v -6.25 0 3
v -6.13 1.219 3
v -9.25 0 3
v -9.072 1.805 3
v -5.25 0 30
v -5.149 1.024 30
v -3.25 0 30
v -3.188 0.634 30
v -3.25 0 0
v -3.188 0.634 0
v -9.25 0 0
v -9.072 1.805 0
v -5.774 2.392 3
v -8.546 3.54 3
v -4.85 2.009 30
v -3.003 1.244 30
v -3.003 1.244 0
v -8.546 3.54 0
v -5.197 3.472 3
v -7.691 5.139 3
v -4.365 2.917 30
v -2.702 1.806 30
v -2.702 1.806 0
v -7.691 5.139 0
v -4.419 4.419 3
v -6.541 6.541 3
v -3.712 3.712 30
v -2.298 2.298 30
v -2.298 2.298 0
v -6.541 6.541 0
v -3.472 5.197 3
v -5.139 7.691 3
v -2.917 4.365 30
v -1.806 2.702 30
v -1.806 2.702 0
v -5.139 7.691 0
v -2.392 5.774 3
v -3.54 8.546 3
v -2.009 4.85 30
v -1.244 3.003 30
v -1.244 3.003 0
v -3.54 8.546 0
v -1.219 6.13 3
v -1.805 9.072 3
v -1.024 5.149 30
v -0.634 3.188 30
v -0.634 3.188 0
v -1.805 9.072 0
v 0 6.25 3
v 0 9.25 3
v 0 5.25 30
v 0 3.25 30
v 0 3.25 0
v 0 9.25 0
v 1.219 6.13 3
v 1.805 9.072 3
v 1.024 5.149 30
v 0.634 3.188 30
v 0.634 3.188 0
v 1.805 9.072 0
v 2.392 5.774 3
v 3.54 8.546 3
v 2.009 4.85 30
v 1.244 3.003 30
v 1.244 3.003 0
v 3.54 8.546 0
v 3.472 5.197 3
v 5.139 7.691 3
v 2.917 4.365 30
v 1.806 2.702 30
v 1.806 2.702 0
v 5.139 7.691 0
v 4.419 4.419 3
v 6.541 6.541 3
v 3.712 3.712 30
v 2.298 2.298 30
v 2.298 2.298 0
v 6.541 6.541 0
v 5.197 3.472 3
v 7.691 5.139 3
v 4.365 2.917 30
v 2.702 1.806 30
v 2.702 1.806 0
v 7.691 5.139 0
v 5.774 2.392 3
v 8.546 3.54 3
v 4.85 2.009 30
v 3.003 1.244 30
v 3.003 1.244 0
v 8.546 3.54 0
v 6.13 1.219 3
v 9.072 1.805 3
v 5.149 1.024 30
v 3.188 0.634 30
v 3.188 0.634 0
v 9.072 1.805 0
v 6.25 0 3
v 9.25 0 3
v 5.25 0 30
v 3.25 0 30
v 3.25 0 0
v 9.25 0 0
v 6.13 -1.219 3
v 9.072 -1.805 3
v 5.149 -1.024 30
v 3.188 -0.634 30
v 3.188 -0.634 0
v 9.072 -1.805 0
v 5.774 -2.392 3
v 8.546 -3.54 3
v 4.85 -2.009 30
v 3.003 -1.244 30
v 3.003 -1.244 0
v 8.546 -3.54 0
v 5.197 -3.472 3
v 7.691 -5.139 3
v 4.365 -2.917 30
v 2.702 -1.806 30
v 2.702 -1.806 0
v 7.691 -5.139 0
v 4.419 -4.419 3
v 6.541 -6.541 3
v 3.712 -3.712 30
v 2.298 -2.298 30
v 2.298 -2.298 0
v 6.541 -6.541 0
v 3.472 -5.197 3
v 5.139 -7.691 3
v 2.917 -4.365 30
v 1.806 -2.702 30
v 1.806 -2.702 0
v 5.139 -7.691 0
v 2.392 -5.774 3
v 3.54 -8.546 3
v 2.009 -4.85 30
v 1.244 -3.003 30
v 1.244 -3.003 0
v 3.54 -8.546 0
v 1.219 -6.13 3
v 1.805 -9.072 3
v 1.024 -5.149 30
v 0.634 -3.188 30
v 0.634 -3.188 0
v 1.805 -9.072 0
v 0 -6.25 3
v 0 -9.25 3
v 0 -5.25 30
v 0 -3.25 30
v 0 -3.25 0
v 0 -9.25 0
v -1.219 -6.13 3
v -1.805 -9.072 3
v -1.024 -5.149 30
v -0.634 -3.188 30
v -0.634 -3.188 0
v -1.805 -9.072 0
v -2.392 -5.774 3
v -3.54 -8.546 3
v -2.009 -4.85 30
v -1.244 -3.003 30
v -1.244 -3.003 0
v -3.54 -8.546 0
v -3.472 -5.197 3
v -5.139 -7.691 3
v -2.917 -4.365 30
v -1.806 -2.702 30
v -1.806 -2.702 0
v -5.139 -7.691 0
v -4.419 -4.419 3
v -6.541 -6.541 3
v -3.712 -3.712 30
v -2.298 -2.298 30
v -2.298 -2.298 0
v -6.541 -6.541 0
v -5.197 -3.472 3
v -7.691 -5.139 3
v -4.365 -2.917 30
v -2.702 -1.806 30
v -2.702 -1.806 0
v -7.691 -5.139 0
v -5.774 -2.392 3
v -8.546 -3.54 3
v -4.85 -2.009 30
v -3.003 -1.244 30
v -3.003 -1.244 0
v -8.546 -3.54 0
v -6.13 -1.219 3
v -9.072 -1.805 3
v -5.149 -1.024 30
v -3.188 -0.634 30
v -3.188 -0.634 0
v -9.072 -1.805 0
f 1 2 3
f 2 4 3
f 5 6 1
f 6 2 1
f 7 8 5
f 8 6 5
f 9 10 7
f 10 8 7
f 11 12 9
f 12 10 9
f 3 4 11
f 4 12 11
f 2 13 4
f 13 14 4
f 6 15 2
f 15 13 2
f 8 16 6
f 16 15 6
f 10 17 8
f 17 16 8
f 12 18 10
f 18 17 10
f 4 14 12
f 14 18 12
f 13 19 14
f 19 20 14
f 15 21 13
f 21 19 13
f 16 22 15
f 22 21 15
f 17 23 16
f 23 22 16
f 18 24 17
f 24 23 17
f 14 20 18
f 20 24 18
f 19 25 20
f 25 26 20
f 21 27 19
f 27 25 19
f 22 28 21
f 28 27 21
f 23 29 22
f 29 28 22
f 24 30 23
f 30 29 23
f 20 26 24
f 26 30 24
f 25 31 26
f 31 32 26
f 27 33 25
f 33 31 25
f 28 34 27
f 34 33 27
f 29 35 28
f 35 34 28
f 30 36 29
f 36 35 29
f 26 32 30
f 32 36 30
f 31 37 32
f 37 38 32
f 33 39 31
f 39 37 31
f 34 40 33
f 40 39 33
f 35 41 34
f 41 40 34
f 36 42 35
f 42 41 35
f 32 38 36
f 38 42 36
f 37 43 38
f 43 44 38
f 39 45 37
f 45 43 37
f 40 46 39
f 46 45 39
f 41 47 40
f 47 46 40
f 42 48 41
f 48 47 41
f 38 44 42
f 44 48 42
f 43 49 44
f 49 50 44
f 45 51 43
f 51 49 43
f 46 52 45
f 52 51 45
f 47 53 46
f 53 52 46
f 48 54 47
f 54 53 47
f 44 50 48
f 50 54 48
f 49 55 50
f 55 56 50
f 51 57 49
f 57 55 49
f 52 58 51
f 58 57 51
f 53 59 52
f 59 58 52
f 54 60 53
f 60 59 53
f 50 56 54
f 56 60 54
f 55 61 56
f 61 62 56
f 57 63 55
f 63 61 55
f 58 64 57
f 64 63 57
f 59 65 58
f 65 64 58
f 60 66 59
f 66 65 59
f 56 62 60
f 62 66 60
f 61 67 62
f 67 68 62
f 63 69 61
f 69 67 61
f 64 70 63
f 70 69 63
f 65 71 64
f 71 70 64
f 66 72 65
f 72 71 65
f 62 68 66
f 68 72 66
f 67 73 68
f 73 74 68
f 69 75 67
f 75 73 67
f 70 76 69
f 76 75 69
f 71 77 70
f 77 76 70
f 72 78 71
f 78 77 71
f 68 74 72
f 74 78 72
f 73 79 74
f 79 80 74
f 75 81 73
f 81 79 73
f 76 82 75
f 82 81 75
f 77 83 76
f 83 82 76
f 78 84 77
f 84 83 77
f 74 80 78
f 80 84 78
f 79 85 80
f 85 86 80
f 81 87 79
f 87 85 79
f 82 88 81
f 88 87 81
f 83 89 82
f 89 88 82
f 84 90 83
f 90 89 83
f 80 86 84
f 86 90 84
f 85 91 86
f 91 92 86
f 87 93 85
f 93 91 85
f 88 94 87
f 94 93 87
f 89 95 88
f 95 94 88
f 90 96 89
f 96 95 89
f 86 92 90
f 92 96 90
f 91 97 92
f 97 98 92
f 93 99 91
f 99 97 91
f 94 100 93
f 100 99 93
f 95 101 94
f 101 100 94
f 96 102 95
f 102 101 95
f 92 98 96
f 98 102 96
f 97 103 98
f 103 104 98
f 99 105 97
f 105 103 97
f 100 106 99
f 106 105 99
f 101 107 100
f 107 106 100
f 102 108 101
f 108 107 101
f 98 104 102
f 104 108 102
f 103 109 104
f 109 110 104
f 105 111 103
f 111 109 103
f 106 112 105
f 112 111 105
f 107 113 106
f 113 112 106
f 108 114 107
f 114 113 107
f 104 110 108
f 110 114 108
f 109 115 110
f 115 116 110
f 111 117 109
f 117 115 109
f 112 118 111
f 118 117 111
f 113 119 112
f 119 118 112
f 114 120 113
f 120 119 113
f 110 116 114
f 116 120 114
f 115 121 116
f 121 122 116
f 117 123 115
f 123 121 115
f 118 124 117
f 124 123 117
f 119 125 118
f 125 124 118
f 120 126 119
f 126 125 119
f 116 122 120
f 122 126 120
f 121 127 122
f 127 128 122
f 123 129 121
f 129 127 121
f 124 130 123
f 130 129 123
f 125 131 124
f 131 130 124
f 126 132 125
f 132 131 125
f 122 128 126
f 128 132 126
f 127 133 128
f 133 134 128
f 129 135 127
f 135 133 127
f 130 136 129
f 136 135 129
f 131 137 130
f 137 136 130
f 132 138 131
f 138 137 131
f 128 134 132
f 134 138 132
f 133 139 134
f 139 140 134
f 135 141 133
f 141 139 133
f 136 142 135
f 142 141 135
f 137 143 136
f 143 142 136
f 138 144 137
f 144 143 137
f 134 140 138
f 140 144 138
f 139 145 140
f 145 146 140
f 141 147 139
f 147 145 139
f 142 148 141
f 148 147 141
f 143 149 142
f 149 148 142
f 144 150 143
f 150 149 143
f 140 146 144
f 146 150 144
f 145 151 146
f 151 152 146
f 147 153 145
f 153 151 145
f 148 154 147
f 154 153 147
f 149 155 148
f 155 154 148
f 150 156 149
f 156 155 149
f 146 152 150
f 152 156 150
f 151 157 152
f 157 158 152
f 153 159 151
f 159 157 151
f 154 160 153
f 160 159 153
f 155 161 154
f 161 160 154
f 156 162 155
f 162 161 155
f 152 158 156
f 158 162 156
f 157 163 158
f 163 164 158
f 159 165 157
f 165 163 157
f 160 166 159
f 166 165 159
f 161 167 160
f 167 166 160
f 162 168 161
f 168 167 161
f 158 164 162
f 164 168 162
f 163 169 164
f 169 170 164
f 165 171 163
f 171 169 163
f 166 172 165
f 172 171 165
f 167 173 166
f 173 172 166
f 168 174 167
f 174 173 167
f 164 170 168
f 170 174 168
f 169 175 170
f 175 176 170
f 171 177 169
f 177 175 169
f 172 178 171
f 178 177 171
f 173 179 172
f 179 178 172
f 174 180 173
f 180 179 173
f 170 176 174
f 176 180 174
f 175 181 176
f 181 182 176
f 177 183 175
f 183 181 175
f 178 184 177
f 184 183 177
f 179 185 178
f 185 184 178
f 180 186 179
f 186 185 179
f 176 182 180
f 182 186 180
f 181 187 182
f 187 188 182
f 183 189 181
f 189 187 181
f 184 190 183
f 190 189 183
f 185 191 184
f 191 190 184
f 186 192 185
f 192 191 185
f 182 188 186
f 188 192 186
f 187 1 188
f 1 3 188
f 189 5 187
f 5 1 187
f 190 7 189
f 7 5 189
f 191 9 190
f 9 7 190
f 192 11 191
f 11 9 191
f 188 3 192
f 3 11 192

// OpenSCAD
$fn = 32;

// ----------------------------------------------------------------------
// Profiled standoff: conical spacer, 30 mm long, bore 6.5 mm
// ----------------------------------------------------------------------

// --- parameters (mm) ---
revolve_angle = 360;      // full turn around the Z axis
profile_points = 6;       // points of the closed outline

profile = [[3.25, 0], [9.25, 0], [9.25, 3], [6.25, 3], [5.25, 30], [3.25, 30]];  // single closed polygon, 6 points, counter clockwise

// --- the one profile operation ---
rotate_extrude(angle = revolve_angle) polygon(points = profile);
_____
Ending with the line containing "v -2.702 1.806 0", please print exactly the lines of the material above from its first line onward, and nothing else.

v -6.25 0 3
v -6.13 1.219 3
v -9.25 0 3
v -9.072 1.805 3
v -5.25 0 30
v -5.149 1.024 30
v -3.25 0 30
v -3.188 0.634 30
v -3.25 0 0
v -3.188 0.634 0
v -9.25 0 0
v -9.072 1.805 0
v -5.774 2.392 3
v -8.546 3.54 3
v -4.85 2.009 30
v -3.003 1.244 30
v -3.003 1.244 0
v -8.546 3.54 0
v -5.197 3.472 3
v -7.691 5.139 3
v -4.365 2.917 30
v -2.702 1.806 30
v -2.702 1.806 0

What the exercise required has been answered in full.